Work request:
Print exactly those lines that run from the beginning of the data to the line bearing "v -19 -3.75 28.995", inclusive.

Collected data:
* * *

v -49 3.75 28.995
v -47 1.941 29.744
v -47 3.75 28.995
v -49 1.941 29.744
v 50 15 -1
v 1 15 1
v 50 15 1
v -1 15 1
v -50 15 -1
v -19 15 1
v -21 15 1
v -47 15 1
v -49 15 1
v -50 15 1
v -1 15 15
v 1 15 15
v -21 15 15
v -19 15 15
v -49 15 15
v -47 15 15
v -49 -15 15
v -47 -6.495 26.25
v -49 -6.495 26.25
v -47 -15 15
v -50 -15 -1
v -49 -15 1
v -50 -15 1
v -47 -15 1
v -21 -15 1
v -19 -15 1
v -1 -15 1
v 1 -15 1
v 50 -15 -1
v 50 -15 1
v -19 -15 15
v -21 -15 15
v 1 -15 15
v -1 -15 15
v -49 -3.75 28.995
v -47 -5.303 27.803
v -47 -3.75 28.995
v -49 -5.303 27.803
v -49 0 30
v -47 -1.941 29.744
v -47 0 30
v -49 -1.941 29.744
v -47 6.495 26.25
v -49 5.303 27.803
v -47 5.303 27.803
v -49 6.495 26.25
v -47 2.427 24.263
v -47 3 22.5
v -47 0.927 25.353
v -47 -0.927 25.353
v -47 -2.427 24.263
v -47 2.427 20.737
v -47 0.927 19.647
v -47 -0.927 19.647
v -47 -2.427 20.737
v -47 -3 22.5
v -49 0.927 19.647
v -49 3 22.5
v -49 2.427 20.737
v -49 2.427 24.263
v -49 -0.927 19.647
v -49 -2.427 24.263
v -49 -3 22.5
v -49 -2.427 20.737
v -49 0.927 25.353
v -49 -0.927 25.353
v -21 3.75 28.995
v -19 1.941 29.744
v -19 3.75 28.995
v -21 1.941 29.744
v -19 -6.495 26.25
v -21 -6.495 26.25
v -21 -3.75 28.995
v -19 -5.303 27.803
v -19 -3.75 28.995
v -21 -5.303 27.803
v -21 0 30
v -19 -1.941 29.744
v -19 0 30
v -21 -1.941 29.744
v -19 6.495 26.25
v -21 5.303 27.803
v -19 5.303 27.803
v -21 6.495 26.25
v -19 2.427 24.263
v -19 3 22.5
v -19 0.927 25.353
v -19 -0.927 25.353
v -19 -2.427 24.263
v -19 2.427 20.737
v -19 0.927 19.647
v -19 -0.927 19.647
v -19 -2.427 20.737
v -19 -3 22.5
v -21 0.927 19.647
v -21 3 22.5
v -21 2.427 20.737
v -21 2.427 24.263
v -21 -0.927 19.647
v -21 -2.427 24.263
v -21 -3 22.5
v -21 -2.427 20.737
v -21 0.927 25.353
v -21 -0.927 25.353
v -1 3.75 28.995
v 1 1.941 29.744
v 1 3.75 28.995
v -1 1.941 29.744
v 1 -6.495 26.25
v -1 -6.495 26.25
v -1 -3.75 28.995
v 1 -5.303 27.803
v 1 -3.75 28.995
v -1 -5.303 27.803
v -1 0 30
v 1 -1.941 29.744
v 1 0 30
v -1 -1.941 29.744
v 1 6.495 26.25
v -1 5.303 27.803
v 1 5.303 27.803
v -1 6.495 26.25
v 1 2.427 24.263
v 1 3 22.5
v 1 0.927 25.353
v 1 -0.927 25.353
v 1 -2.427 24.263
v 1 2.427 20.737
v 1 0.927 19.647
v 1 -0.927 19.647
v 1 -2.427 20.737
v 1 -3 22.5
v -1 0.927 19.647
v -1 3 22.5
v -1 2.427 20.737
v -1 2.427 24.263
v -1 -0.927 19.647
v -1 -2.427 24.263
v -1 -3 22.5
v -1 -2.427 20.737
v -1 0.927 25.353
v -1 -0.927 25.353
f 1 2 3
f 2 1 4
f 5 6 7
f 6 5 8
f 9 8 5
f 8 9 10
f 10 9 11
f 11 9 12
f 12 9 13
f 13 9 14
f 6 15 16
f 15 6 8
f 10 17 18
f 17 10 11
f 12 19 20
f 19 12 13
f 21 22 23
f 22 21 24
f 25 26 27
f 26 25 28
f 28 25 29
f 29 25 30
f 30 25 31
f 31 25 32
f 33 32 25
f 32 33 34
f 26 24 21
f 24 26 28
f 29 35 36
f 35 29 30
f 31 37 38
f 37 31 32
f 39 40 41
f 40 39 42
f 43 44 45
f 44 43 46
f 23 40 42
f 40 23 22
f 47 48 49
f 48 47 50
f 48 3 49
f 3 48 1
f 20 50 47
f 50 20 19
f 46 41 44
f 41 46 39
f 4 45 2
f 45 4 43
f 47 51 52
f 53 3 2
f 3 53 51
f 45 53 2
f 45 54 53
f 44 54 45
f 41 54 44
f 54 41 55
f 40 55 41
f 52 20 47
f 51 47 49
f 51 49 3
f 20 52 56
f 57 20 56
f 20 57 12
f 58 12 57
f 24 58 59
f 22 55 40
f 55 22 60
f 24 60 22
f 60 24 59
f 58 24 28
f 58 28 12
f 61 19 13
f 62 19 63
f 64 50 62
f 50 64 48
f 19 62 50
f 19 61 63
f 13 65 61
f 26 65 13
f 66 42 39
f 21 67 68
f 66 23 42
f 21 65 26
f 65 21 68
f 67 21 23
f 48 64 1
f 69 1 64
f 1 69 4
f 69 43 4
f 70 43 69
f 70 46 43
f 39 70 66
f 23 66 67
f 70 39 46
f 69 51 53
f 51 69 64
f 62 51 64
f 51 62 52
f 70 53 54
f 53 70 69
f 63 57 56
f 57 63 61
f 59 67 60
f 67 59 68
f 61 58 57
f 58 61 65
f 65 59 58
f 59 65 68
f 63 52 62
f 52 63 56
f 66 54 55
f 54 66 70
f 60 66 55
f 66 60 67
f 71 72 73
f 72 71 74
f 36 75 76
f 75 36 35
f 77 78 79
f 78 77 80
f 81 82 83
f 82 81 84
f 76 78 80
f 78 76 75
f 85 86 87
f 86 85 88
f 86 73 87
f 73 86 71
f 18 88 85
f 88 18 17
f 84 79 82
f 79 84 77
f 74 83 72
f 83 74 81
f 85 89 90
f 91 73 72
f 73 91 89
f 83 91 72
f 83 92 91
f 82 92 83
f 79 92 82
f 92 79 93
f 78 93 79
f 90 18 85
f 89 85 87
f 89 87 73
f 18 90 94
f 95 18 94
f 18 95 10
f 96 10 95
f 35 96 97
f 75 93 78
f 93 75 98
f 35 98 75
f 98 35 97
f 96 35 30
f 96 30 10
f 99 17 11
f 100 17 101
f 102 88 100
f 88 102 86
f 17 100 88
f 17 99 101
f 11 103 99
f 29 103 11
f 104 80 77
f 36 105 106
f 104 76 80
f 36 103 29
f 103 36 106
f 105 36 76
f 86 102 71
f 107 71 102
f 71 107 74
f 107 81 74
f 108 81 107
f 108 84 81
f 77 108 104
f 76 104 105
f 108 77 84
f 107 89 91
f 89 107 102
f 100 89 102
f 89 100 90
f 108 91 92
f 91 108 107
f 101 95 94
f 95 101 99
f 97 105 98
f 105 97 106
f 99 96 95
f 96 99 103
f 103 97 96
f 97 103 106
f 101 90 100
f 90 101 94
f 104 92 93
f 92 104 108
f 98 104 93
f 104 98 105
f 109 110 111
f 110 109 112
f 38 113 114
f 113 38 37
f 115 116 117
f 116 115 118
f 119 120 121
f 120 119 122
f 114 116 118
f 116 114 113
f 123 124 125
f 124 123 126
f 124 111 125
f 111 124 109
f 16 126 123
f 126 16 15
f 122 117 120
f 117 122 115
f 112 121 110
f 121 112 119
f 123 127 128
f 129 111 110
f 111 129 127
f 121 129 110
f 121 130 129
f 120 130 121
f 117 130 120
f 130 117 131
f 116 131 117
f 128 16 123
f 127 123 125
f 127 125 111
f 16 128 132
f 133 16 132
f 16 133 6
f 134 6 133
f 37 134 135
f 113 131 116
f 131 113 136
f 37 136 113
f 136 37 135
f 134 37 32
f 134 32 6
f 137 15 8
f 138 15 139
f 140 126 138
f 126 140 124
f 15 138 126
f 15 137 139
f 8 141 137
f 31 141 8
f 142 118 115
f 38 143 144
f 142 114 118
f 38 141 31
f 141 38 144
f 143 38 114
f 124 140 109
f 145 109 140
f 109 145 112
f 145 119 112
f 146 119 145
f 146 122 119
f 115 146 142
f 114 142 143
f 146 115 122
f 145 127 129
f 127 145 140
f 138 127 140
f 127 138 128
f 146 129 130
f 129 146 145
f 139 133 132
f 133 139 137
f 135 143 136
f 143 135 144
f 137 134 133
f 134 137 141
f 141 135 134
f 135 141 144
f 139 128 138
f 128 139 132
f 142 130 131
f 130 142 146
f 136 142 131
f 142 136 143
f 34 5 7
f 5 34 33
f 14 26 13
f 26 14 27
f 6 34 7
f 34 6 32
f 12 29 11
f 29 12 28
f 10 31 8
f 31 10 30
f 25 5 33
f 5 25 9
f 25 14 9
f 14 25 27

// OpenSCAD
/*
difference(){
color("red")cylinder(50, 100, 10, center=true);
cylinder(200,10,10,center=true);
}
//difference(){
%translate([0,0,-50])cylinder(50,100,100,center=true);

//}
color("green")translate([-2,100,-75])cube([10,2,20]);
//cube([100,])
*/

module holder(width, height, depth, hole_r)
{
	difference(){
	hull(){
	cube([width, depth, height/2], center=true);

	translate([0,0,height/2])rotate([90,0,0])cylinder(depth, height/4, height/4, center=true);

	}
	translate([0,0,height/2])rotate([90,0,0])cylinder(depth+2,hole_r,hole_r,center=true);
	}
}

// settings
holder_height = 30;
holder_depth = 2;
holder_hole = 3;
bottom_length = 100;

// bottom
cube([100, 30,2], center=true);
// holder 1
translate([(-bottom_length/2)+holder_depth,0,holder_height/4])
	rotate([0,0,90])
	holder(30, holder_height, holder_depth, holder_hole);
// holder 2
translate([-20,0,holder_height/4])
	rotate([0,0,90])
	holder(30, holder_height, holder_depth, holder_hole);
// holder 3
translate([0,0,holder_height/4])
	rotate([0,0,90])
	holder(30, holder_height, holder_depth, holder_hole);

* * *

Result below:
v -49 3.75 28.995
v -47 1.941 29.744
v -47 3.75 28.995
v -49 1.941 29.744
v 50 15 -1
v 1 15 1
v 50 15 1
v -1 15 1
v -50 15 -1
v -19 15 1
v -21 15 1
v -47 15 1
v -49 15 1
v -50 15 1
v -1 15 15
v 1 15 15
v -21 15 15
v -19 15 15
v -49 15 15
v -47 15 15
v -49 -15 15
v -47 -6.495 26.25
v -49 -6.495 26.25
v -47 -15 15
v -50 -15 -1
v -49 -15 1
v -50 -15 1
v -47 -15 1
v -21 -15 1
v -19 -15 1
v -1 -15 1
v 1 -15 1
v 50 -15 -1
v 50 -15 1
v -19 -15 15
v -21 -15 15
v 1 -15 15
v -1 -15 15
v -49 -3.75 28.995
v -47 -5.303 27.803
v -47 -3.75 28.995
v -49 -5.303 27.803
v -49 0 30
v -47 -1.941 29.744
v -47 0 30
v -49 -1.941 29.744
v -47 6.495 26.25
v -49 5.303 27.803
v -47 5.303 27.803
v -49 6.495 26.25
v -47 2.427 24.263
v -47 3 22.5
v -47 0.927 25.353
v -47 -0.927 25.353
v -47 -2.427 24.263
v -47 2.427 20.737
v -47 0.927 19.647
v -47 -0.927 19.647
v -47 -2.427 20.737
v -47 -3 22.5
v -49 0.927 19.647
v -49 3 22.5
v -49 2.427 20.737
v -49 2.427 24.263
v -49 -0.927 19.647
v -49 -2.427 24.263
v -49 -3 22.5
v -49 -2.427 20.737
v -49 0.927 25.353
v -49 -0.927 25.353
v -21 3.75 28.995
v -19 1.941 29.744
v -19 3.75 28.995
v -21 1.941 29.744
v -19 -6.495 26.25
v -21 -6.495 26.25
v -21 -3.75 28.995
v -19 -5.303 27.803
v -19 -3.75 28.995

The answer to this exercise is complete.